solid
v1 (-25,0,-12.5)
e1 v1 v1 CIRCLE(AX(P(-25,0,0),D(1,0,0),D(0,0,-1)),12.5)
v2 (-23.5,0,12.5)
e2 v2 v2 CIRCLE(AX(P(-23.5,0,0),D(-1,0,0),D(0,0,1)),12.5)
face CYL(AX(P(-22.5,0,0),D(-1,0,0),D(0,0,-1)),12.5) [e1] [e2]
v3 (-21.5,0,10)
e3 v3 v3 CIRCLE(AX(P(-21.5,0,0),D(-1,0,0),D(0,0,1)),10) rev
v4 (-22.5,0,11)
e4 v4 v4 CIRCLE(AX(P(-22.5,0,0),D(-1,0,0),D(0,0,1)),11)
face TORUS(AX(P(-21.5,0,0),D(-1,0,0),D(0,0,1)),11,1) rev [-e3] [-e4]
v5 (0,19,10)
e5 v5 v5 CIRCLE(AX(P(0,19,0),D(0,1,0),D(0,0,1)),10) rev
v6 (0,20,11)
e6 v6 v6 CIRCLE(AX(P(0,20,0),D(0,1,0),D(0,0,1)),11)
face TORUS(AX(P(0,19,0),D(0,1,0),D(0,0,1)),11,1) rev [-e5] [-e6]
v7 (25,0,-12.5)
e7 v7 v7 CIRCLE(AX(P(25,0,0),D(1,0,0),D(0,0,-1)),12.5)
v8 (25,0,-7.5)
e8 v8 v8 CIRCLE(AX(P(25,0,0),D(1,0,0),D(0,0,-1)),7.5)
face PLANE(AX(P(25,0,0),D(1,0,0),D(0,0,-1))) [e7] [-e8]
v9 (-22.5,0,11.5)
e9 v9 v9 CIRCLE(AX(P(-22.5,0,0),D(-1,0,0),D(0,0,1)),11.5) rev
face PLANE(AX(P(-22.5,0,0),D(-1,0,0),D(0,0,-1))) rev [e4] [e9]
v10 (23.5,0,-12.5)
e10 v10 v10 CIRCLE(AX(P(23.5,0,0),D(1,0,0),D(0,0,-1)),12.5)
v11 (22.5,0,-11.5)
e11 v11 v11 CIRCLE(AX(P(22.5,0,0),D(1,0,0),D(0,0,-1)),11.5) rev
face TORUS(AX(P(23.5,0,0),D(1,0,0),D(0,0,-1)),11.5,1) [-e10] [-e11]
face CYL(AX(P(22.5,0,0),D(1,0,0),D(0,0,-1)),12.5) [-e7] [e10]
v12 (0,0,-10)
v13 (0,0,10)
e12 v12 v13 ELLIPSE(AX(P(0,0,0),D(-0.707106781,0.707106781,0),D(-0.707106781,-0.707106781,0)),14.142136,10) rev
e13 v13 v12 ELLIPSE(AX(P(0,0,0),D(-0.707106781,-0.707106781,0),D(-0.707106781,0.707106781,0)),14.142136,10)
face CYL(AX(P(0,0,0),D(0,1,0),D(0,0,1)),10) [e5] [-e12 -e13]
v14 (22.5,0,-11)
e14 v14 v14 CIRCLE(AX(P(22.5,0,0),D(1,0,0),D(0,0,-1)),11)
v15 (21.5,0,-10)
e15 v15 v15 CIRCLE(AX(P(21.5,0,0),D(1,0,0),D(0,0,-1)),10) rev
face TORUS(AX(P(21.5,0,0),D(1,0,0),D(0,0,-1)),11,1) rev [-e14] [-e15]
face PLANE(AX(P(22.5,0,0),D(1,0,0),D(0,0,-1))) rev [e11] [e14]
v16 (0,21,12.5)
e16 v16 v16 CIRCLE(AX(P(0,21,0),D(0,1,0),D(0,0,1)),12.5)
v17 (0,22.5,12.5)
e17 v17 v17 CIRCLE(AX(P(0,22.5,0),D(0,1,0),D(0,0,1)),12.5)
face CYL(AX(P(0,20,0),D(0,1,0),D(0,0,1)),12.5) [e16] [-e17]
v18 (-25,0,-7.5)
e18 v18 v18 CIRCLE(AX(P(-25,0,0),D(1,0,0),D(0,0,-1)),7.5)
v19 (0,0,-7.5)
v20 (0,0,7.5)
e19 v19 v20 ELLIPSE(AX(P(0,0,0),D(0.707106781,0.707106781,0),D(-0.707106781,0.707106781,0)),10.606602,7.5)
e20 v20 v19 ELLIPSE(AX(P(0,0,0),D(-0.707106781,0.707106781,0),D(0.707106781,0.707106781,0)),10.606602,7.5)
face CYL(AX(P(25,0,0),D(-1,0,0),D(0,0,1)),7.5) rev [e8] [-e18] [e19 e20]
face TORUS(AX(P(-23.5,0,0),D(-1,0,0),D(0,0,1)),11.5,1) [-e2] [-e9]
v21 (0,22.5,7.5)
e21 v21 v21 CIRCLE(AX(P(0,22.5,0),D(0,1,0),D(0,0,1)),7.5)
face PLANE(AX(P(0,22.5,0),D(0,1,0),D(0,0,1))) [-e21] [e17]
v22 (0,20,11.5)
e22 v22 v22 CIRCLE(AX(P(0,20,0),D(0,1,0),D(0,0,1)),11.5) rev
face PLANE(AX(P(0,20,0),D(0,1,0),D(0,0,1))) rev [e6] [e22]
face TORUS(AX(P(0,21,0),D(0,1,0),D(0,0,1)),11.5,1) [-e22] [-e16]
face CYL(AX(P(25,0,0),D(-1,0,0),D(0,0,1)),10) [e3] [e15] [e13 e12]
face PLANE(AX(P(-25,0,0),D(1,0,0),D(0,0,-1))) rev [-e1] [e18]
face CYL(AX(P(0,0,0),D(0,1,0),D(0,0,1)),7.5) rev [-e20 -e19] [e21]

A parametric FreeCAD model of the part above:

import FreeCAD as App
import Part
import Sketcher
Q = App.Units.Quantity


def edges_at(feature, points):
    """Names of the edges that pass closest to the given points."""
    edges = feature.Shape.Edges
    near = lambda p: min(range(len(edges)), key=lambda i: edges[i].distToShape(Part.Vertex(*p))[0])
    return sorted({f"Edge{near(p) + 1}" for p in points})

doc = App.newDocument("Part")
body = doc.addObject("PartDesign::Body", "Body")

sketch1 = body.newObject("Sketcher::SketchObject", "Sketch")
sketch1.AttachmentSupport = (doc.getObject("YZ_Plane"), [""])
sketch1.MapMode = "FlatFace"
sketch1.addGeometry([
    Part.Circle(App.Vector(0, 0, 0), App.Vector(0, 0, 1), 10),
    Part.Circle(App.Vector(0, 0, 0), App.Vector(0, 0, 1), 8),
], False)
sketch1.addConstraint([
    Sketcher.Constraint("Coincident", 0, 3, -1, 1),
    Sketcher.Constraint("Coincident", 1, 3, -1, 1),
    Sketcher.Constraint("Diameter", 0, Q("20 mm")),
    Sketcher.Constraint("Diameter", 1, Q("15 mm")),
])

sketch2 = body.newObject("Sketcher::SketchObject", "Sketch001")
sketch2.AttachmentSupport = (doc.getObject("XY_Plane"), [""])
sketch2.MapMode = "FlatFace"
sketch2.addGeometry(Part.LineSegment(App.Vector(-25, 0, 0), App.Vector(25, 0, 0)), False)
sketch2.addConstraint([
    Sketcher.Constraint("Horizontal", 0),
    Sketcher.Constraint("Symmetric", 0, 1, 0, 2, -1, 1),
    Sketcher.Constraint("DistanceX", 0, 1, 0, 2, Q("50 mm")),
])
doc.recompute()

additivepipe = body.newObject("PartDesign::AdditivePipe", "AdditivePipe")
additivepipe.Profile = sketch1
additivepipe.Spine = (sketch2, ["Edge1"])

sketch3 = body.newObject("Sketcher::SketchObject", "Sketch002")
sketch3.AttachmentSupport = (doc.getObject("YZ_Plane"), [""])
sketch3.MapMode = "FlatFace"
sketch3.AttachmentOffset = App.Placement(App.Vector(0, 0, 25), App.Rotation())
sketch3.addGeometry([
    Part.Circle(App.Vector(0, 0, 0), App.Vector(0, 0, 1), 12),
    Part.Circle(App.Vector(0, 0, 0), App.Vector(0, 0, 1), 8),
], False)
sketch3.addConstraint([
    Sketcher.Constraint("Coincident", 0, 3, -1, 1),
    Sketcher.Constraint("Coincident", 1, 3, -1, 1),
    Sketcher.Constraint("Diameter", 0, Q("25 mm")),
    Sketcher.Constraint("Diameter", 1, Q("15 mm")),
])
pad1 = body.newObject("PartDesign::Pad", "Pad")
pad1.Profile = sketch3
pad1.Length = 2.5
pad1.Reversed = True
body2 = doc.addObject("PartDesign::Body", "Body001")
doc.recompute()

body2.BaseFeature = body
doc.recompute()

mirroring = doc.addObject("Part::Mirroring", "Mirroring")
mirroring.Source = body
mirroring.Base = App.Vector(0, 0, 0)
mirroring.Normal = App.Vector(1, 0, 0)
body3 = doc.addObject("PartDesign::Body", "Body002")
body3.BaseFeature = mirroring
boolean = body2.newObject("PartDesign::Boolean", "Boolean")
boolean.Type = "Fuse"
boolean.addObjects([body3])
doc.recompute()

sketch4 = body2.newObject("Sketcher::SketchObject", "Sketch003")
sketch4.AttachmentSupport = (doc.getObject("XZ_Plane001"), [""])
sketch4.MapMode = "FlatFace"
sketch4.AttachmentOffset = App.Placement(App.Vector(0, 0, -7.5), App.Rotation())
sketch4.addGeometry([
    Part.Circle(App.Vector(0, 0, 0), App.Vector(0, 0, 1), 10),
    Part.Circle(App.Vector(0, 0, 0), App.Vector(0, 0, 1), 8),
], False)
sketch4.addConstraint([
    Sketcher.Constraint("Coincident", 0, 3, -1, 1),
    Sketcher.Constraint("Coincident", 1, 3, -1, 1),
    Sketcher.Constraint("Diameter", 0, Q("20 mm")),
    Sketcher.Constraint("Diameter", 1, Q("15 mm")),
])
pad2 = body2.newObject("PartDesign::Pad", "Pad001")
pad2.Profile = sketch4
pad2.Type = "TwoLengths"
pad2.Length = 15
pad2.Length2 = 7.5
pad2.Reversed = True

sketch5 = body2.newObject("Sketcher::SketchObject", "Sketch004")
sketch5.AttachmentSupport = (doc.getObject("YZ_Plane001"), [""])
sketch5.MapMode = "FlatFace"
sketch5.AttachmentOffset = App.Placement(App.Vector(0, 0, 25), App.Rotation())
sketch5.addGeometry(Part.Circle(App.Vector(0, 0, 0), App.Vector(0, 0, 1), 8), False)
sketch5.addConstraint([
    Sketcher.Constraint("Coincident", 0, 3, -1, 1),
    Sketcher.Constraint("Diameter", 0, Q("15 mm")),
])
pocket1 = body2.newObject("PartDesign::Pocket", "Pocket")
pocket1.Profile = sketch5
pocket1.Type = "ThroughAll"

sketch6 = body2.newObject("Sketcher::SketchObject", "Sketch005")
sketch6.AttachmentSupport = (doc.getObject("XZ_Plane001"), [""])
sketch6.MapMode = "FlatFace"
sketch6.AttachmentOffset = App.Placement(App.Vector(0, 0, -22.5), App.Rotation())
sketch6.addGeometry(Part.Circle(App.Vector(0, 0, 0), App.Vector(0, 0, 1), 8), False)
sketch6.addConstraint([
    Sketcher.Constraint("Coincident", 0, 3, -1, 1),
    Sketcher.Constraint("Diameter", 0, Q("15 mm")),
])
pocket2 = body2.newObject("PartDesign::Pocket", "Pocket001")
pocket2.Profile = sketch6
pocket2.Length = 22.5
pocket2.Reversed = True

sketch7 = body2.newObject("Sketcher::SketchObject", "Sketch006")
sketch7.AttachmentSupport = (doc.getObject("XZ_Plane001"), [""])
sketch7.MapMode = "FlatFace"
sketch7.AttachmentOffset = App.Placement(App.Vector(0, 0, -22.5), App.Rotation())
sketch7.addGeometry([
    Part.Circle(App.Vector(0, 0, 0), App.Vector(0, 0, 1), 12),
    Part.Circle(App.Vector(0, 0, 0), App.Vector(0, 0, 1), 8),
], False)
sketch7.addConstraint([
    Sketcher.Constraint("Coincident", 0, 3, -1, 1),
    Sketcher.Constraint("Coincident", 1, 3, -1, 1),
    Sketcher.Constraint("Diameter", 0, Q("25 mm")),
    Sketcher.Constraint("Diameter", 1, Q("15 mm")),
])
pad3 = body2.newObject("PartDesign::Pad", "Pad002")
pad3.Profile = sketch7
pad3.Length = 2.5
doc.recompute()

fillet = body2.newObject("PartDesign::Fillet", "Fillet")
fillet.Base = (pad3, edges_at(pad3, [
    (22.5, 0, 10),
    (22.5, 0, 12.5),
    (-22.5, 0, 10),
    (-22.5, 0, 12.5),
    (0, 20, -10),
    (0, 20, -12.5),
]))
fillet.Radius = 1
mirroring.Visibility = False

doc.recompute()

#### [Exercise]
Copy out the entries exactly. Begin at the first line and end with the line that has "e13 v13 v12".

#### [Solution]
solid
v1 (-25,0,-12.5)
e1 v1 v1 CIRCLE(AX(P(-25,0,0),D(1,0,0),D(0,0,-1)),12.5)
v2 (-23.5,0,12.5)
e2 v2 v2 CIRCLE(AX(P(-23.5,0,0),D(-1,0,0),D(0,0,1)),12.5)
face CYL(AX(P(-22.5,0,0),D(-1,0,0),D(0,0,-1)),12.5) [e1] [e2]
v3 (-21.5,0,10)
e3 v3 v3 CIRCLE(AX(P(-21.5,0,0),D(-1,0,0),D(0,0,1)),10) rev
v4 (-22.5,0,11)
e4 v4 v4 CIRCLE(AX(P(-22.5,0,0),D(-1,0,0),D(0,0,1)),11)
face TORUS(AX(P(-21.5,0,0),D(-1,0,0),D(0,0,1)),11,1) rev [-e3] [-e4]
v5 (0,19,10)
e5 v5 v5 CIRCLE(AX(P(0,19,0),D(0,1,0),D(0,0,1)),10) rev
v6 (0,20,11)
e6 v6 v6 CIRCLE(AX(P(0,20,0),D(0,1,0),D(0,0,1)),11)
face TORUS(AX(P(0,19,0),D(0,1,0),D(0,0,1)),11,1) rev [-e5] [-e6]
v7 (25,0,-12.5)
e7 v7 v7 CIRCLE(AX(P(25,0,0),D(1,0,0),D(0,0,-1)),12.5)
v8 (25,0,-7.5)
e8 v8 v8 CIRCLE(AX(P(25,0,0),D(1,0,0),D(0,0,-1)),7.5)
face PLANE(AX(P(25,0,0),D(1,0,0),D(0,0,-1))) [e7] [-e8]
v9 (-22.5,0,11.5)
e9 v9 v9 CIRCLE(AX(P(-22.5,0,0),D(-1,0,0),D(0,0,1)),11.5) rev
face PLANE(AX(P(-22.5,0,0),D(-1,0,0),D(0,0,-1))) rev [e4] [e9]
v10 (23.5,0,-12.5)
e10 v10 v10 CIRCLE(AX(P(23.5,0,0),D(1,0,0),D(0,0,-1)),12.5)
v11 (22.5,0,-11.5)
e11 v11 v11 CIRCLE(AX(P(22.5,0,0),D(1,0,0),D(0,0,-1)),11.5) rev
face TORUS(AX(P(23.5,0,0),D(1,0,0),D(0,0,-1)),11.5,1) [-e10] [-e11]
face CYL(AX(P(22.5,0,0),D(1,0,0),D(0,0,-1)),12.5) [-e7] [e10]
v12 (0,0,-10)
v13 (0,0,10)
e12 v12 v13 ELLIPSE(AX(P(0,0,0),D(-0.707106781,0.707106781,0),D(-0.707106781,-0.707106781,0)),14.142136,10) rev
e13 v13 v12 ELLIPSE(AX(P(0,0,0),D(-0.707106781,-0.707106781,0),D(-0.707106781,0.707106781,0)),14.142136,10)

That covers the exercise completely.